*** Opening INFORMATION ***

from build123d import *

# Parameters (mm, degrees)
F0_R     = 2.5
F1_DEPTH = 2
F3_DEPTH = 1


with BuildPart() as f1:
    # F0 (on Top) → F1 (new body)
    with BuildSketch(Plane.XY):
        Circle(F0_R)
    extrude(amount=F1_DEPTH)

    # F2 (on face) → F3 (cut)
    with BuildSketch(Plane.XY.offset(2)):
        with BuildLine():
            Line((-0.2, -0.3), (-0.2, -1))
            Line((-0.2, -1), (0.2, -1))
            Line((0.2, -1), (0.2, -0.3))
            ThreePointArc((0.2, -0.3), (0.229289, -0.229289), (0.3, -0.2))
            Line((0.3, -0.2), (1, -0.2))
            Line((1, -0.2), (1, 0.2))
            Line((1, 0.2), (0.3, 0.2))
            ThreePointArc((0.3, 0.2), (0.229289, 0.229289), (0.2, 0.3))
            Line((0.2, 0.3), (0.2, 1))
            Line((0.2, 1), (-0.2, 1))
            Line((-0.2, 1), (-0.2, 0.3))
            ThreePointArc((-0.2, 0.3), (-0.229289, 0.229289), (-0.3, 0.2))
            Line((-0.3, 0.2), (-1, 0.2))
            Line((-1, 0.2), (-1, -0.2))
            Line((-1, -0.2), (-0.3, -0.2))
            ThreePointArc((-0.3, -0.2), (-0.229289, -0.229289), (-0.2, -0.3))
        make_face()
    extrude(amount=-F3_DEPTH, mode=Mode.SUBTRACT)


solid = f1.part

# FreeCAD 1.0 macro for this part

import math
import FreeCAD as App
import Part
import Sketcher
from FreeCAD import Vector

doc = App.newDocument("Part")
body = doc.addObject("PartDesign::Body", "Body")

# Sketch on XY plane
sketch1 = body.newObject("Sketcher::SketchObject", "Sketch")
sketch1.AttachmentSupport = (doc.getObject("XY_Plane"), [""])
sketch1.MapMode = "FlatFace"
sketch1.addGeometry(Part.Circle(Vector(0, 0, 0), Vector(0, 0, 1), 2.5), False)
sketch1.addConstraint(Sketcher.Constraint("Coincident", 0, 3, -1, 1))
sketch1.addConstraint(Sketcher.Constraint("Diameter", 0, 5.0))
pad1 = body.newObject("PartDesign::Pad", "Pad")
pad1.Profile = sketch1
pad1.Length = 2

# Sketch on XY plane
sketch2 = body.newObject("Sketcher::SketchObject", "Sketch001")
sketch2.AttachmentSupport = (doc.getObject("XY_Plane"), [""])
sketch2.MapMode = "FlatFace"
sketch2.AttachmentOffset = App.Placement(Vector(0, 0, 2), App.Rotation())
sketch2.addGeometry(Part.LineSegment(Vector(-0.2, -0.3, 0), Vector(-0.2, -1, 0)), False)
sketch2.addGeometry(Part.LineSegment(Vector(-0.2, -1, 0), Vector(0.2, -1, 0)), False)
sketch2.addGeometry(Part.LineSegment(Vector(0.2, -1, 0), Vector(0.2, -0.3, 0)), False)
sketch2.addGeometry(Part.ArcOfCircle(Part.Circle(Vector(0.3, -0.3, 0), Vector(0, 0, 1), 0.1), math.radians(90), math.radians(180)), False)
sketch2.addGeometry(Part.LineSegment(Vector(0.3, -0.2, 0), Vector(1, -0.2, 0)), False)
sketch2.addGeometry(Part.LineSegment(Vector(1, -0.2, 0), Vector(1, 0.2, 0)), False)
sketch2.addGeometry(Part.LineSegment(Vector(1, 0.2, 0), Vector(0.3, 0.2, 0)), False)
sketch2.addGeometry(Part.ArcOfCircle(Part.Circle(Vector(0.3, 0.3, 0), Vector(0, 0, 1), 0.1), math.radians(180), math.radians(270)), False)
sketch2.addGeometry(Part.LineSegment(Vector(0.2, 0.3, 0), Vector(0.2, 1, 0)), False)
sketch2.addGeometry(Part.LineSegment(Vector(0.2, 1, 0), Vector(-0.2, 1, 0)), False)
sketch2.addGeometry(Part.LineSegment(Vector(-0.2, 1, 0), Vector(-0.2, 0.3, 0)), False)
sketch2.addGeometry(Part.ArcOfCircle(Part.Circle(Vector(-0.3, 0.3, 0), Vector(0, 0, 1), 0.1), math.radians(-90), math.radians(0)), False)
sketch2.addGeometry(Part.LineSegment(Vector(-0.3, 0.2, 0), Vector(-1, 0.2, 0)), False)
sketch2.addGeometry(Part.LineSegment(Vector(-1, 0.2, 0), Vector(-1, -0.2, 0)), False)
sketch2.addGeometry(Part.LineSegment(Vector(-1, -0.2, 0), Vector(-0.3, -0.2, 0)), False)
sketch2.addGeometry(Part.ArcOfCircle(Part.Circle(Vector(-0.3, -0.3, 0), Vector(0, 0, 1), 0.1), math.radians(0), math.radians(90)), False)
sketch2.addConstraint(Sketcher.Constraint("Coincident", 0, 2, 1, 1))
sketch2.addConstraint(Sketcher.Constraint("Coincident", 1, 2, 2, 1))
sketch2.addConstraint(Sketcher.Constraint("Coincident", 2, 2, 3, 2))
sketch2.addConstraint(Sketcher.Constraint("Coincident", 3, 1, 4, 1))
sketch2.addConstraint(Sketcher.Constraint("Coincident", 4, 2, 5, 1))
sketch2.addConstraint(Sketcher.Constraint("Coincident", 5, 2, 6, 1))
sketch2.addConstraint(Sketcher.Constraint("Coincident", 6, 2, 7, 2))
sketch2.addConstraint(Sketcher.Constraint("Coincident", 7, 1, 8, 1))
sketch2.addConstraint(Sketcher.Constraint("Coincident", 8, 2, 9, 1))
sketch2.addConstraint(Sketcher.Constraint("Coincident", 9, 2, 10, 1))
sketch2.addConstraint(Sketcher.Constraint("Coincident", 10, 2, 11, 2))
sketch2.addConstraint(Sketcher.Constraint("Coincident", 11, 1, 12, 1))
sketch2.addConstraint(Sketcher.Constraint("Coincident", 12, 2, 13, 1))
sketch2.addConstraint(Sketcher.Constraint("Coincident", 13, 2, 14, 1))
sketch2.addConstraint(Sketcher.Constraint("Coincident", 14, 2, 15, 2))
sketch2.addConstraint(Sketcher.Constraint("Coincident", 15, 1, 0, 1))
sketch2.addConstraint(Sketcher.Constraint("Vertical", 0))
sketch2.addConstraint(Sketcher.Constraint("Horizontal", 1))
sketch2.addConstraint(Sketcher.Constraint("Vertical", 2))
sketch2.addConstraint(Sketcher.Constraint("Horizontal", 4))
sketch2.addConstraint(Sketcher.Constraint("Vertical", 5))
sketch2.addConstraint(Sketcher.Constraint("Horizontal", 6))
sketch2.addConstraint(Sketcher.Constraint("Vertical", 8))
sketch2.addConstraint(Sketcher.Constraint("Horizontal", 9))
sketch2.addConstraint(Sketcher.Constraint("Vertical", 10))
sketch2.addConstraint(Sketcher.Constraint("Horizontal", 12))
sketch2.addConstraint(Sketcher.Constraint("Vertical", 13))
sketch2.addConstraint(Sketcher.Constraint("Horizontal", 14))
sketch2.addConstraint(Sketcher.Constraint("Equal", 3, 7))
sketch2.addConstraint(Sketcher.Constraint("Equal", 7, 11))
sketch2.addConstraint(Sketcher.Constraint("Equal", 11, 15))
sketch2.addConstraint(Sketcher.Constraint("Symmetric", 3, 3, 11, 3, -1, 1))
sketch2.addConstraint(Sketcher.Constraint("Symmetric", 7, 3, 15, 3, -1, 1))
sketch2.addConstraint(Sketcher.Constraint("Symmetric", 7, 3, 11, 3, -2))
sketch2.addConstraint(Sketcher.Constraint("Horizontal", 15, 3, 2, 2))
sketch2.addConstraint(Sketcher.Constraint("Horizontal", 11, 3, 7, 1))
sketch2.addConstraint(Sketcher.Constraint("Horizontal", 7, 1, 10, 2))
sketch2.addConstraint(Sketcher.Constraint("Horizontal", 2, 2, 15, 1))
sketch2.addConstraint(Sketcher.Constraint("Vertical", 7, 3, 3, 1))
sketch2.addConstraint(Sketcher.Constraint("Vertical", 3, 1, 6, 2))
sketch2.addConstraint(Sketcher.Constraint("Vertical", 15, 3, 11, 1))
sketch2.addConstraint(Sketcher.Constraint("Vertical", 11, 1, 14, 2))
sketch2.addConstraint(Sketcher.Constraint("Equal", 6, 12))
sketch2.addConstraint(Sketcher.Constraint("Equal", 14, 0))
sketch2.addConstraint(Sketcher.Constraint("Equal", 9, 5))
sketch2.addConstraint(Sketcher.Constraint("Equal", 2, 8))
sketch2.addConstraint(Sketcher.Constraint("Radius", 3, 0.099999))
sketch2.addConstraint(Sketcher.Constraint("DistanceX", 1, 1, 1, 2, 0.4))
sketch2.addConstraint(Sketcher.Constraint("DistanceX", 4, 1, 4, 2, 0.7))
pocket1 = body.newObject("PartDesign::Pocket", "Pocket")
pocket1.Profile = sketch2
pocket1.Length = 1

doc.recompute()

*** Closing INFORMATION ***

TASK PROMPT: Every line from the line containing "Line((-0.2, -0.3), (-0.2, -1))" through the line containing "# FreeCAD 1.0 macro for this part" in the records above must be retyped exactly. Leave out the rest.

OUTPUT OF THE TASK:
            Line((-0.2, -0.3), (-0.2, -1))
            Line((-0.2, -1), (0.2, -1))
            Line((0.2, -1), (0.2, -0.3))
            ThreePointArc((0.2, -0.3), (0.229289, -0.229289), (0.3, -0.2))
            Line((0.3, -0.2), (1, -0.2))
            Line((1, -0.2), (1, 0.2))
            Line((1, 0.2), (0.3, 0.2))
            ThreePointArc((0.3, 0.2), (0.229289, 0.229289), (0.2, 0.3))
            Line((0.2, 0.3), (0.2, 1))
            Line((0.2, 1), (-0.2, 1))
            Line((-0.2, 1), (-0.2, 0.3))
            ThreePointArc((-0.2, 0.3), (-0.229289, 0.229289), (-0.3, 0.2))
            Line((-0.3, 0.2), (-1, 0.2))
            Line((-1, 0.2), (-1, -0.2))
            Line((-1, -0.2), (-0.3, -0.2))
            ThreePointArc((-0.3, -0.2), (-0.229289, -0.229289), (-0.2, -0.3))
        make_face()
    extrude(amount=-F3_DEPTH, mode=Mode.SUBTRACT)


solid = f1.part

# FreeCAD 1.0 macro for this part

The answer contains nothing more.